▶ What is needed: Whenever the string "ThreePointArc" appears in a line below, please copy the line out.

▶ Information shown:
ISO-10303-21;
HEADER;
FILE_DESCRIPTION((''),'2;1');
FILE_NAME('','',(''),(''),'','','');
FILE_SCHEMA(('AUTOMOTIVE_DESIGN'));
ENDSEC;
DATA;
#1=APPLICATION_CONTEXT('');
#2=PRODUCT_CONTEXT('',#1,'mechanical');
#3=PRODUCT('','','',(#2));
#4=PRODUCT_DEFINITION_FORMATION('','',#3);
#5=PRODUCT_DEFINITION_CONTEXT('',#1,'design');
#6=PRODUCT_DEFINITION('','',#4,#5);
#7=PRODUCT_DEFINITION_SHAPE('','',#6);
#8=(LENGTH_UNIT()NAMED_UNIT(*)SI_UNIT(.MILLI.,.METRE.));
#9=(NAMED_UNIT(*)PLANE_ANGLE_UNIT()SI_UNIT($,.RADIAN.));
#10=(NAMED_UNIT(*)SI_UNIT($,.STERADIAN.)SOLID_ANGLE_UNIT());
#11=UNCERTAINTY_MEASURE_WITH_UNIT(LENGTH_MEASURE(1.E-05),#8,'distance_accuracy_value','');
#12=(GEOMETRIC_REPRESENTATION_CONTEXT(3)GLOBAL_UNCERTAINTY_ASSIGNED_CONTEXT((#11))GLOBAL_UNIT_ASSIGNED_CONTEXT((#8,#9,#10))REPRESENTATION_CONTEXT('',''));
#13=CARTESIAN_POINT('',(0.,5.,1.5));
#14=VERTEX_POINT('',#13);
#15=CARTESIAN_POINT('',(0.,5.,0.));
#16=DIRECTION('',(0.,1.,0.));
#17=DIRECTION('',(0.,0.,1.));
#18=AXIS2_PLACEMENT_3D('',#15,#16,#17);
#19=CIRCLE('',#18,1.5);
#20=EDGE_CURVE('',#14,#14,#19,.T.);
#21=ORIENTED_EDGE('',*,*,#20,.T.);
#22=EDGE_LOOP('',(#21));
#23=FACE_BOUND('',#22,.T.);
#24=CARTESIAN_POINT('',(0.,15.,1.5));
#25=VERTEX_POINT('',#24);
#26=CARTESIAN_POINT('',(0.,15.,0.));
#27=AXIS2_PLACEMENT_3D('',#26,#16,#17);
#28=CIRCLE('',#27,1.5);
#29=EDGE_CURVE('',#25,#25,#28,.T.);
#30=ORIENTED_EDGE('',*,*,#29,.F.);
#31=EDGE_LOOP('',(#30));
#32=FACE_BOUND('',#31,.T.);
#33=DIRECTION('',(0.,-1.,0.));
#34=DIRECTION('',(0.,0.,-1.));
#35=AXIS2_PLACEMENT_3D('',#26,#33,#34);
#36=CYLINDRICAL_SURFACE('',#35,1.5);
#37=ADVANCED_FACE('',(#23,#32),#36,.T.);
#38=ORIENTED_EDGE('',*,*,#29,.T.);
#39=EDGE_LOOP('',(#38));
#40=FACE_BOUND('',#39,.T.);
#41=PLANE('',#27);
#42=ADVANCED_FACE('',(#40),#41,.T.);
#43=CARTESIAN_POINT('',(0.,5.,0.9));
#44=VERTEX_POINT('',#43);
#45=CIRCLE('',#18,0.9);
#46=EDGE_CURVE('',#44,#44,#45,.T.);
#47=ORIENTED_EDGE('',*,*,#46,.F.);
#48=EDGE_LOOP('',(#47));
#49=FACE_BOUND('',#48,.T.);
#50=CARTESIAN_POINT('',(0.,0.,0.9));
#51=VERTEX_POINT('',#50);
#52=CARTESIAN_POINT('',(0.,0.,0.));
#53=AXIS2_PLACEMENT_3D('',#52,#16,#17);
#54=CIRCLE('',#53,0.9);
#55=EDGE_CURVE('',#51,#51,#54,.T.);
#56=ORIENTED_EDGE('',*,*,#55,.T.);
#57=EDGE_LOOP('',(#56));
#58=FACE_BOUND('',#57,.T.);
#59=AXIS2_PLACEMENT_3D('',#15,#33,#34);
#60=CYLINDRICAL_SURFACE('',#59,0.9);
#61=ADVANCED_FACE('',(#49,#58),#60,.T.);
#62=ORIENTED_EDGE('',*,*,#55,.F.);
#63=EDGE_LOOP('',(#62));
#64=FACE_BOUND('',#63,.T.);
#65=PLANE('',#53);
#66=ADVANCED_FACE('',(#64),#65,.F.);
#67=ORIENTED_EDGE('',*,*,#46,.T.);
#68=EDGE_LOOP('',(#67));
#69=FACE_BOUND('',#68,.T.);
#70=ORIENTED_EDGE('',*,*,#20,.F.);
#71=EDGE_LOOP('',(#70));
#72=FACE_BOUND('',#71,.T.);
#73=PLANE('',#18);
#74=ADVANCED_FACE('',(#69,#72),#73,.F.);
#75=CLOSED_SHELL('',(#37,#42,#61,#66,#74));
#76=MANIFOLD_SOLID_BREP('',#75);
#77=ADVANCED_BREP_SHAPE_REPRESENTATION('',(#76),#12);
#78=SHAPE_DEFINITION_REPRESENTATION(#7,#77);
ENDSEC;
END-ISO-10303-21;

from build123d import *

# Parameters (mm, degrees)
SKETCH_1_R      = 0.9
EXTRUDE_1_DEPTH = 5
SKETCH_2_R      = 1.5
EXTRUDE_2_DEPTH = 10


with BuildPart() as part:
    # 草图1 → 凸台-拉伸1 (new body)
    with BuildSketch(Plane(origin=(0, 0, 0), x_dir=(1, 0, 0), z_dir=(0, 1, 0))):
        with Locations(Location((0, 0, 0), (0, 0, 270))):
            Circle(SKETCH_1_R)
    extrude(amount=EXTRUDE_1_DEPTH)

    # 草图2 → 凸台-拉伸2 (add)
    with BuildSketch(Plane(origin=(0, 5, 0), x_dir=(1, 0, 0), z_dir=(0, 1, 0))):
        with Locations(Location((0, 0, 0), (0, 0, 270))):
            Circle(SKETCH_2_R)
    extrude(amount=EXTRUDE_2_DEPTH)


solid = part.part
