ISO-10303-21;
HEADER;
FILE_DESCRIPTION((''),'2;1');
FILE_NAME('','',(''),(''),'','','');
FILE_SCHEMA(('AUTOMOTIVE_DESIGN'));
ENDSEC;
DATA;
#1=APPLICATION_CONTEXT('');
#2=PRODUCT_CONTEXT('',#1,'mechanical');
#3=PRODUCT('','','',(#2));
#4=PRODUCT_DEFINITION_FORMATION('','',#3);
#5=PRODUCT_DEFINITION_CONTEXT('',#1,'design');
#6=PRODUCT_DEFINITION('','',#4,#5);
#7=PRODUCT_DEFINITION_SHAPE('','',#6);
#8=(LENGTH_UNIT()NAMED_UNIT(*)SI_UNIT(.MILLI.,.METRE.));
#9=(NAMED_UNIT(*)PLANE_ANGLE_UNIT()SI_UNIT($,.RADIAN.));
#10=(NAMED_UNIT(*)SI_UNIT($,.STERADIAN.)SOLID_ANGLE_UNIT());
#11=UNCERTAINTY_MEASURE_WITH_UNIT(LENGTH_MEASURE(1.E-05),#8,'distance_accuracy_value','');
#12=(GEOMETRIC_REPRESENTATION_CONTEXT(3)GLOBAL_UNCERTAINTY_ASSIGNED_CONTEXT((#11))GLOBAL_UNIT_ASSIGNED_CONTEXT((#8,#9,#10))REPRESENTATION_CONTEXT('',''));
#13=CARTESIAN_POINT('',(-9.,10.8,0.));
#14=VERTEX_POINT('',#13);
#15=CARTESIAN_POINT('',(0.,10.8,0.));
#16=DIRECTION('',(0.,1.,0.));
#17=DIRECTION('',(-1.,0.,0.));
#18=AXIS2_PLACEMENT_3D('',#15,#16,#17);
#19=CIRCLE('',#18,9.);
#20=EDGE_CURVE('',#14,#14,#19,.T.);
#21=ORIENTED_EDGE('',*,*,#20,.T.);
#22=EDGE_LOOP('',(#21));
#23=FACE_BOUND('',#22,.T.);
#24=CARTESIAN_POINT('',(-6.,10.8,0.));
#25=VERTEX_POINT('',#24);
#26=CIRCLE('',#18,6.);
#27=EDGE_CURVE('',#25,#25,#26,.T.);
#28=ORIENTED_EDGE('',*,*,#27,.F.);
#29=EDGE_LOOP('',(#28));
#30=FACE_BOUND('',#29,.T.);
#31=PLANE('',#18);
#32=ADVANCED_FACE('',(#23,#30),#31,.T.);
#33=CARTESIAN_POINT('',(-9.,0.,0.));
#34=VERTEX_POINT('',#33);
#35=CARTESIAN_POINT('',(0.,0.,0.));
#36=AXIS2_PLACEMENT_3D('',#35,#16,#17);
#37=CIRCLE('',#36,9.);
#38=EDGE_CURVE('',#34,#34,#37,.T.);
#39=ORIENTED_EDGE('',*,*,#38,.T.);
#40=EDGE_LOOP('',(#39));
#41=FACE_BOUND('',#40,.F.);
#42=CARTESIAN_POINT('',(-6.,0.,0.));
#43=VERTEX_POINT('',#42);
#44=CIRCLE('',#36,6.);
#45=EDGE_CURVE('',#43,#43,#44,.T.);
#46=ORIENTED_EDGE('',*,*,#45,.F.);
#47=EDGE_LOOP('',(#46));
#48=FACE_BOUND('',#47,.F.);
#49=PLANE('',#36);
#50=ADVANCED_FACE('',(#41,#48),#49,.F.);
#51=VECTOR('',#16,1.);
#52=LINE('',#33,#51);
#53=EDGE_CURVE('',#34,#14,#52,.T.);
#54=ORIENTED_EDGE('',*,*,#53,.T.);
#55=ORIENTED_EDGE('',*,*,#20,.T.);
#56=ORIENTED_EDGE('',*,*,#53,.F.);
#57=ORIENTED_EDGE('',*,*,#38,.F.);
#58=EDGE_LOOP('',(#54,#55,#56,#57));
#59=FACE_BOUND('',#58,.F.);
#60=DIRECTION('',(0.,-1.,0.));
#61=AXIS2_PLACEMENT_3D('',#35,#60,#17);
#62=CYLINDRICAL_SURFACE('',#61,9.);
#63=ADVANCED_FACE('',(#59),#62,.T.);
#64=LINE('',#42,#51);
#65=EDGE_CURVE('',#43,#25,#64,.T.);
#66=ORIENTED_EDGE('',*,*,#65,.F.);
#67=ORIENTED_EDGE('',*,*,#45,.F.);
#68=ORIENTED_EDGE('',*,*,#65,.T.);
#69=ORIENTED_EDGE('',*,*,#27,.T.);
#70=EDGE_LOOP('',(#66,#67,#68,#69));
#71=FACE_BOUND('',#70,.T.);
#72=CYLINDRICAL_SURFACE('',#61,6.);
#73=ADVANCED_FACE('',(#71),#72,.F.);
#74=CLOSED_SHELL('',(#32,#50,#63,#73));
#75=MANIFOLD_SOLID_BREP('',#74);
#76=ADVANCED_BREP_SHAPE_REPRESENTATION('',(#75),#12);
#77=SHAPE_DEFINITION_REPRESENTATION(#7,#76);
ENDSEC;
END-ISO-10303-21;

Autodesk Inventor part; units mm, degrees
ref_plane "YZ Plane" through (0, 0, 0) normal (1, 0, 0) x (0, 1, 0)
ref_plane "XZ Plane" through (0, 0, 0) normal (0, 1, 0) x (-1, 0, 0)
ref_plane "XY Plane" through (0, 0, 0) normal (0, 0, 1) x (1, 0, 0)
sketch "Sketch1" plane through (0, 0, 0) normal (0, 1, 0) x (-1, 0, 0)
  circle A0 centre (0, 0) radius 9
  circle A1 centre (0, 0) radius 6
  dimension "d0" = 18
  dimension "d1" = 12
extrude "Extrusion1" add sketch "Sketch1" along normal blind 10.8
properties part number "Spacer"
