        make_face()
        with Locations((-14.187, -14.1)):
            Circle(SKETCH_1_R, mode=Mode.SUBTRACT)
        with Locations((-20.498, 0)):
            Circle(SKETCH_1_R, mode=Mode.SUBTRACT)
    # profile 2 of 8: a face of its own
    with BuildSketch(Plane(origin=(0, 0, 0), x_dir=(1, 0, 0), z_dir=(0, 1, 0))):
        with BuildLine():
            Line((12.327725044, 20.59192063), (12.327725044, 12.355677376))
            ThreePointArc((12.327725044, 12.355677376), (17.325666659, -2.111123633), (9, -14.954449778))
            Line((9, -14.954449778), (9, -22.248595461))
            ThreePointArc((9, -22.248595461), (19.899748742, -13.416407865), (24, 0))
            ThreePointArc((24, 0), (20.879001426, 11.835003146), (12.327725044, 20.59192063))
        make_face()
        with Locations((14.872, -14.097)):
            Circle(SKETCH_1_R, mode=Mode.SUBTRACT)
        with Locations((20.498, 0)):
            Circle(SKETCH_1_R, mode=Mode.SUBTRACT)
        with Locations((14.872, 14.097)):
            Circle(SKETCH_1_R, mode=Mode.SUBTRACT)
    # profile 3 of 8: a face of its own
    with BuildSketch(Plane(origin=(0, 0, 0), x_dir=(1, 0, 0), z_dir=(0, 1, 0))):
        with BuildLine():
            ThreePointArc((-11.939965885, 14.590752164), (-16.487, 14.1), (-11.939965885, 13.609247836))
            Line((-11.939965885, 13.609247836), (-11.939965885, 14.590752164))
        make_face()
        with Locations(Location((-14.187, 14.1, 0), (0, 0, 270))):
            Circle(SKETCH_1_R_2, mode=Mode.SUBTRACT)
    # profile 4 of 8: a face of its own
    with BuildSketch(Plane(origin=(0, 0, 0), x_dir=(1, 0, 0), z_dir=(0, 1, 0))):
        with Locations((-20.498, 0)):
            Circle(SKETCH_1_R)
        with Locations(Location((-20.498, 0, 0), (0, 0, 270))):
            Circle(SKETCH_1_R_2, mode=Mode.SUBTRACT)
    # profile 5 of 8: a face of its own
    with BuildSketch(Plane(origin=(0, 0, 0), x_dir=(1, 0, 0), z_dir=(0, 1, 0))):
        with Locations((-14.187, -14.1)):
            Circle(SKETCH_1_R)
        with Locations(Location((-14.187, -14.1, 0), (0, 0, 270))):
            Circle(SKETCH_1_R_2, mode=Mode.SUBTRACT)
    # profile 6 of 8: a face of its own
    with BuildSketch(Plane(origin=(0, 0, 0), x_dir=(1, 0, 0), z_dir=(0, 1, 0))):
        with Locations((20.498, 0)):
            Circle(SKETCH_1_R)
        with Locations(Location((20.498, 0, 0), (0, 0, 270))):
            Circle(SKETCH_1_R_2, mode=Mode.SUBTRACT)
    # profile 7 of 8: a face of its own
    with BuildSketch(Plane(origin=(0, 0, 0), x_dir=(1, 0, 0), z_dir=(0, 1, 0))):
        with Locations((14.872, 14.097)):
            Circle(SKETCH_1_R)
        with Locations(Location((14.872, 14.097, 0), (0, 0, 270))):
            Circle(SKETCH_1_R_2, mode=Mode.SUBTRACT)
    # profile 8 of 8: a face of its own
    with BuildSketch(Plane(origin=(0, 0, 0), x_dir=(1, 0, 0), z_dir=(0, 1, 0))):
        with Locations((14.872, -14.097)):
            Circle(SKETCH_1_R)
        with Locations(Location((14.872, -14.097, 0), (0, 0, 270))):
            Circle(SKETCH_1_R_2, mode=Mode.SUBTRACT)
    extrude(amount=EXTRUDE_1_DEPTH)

▶ Written reply:
            ThreePointArc((12.327725044, 12.355677376), (17.325666659, -2.111123633), (9, -14.954449778))
            ThreePointArc((9, -22.248595461), (19.899748742, -13.416407865), (24, 0))
            ThreePointArc((24, 0), (20.879001426, 11.835003146), (12.327725044, 20.59192063))
            ThreePointArc((-11.939965885, 14.590752164), (-16.487, 14.1), (-11.939965885, 13.609247836))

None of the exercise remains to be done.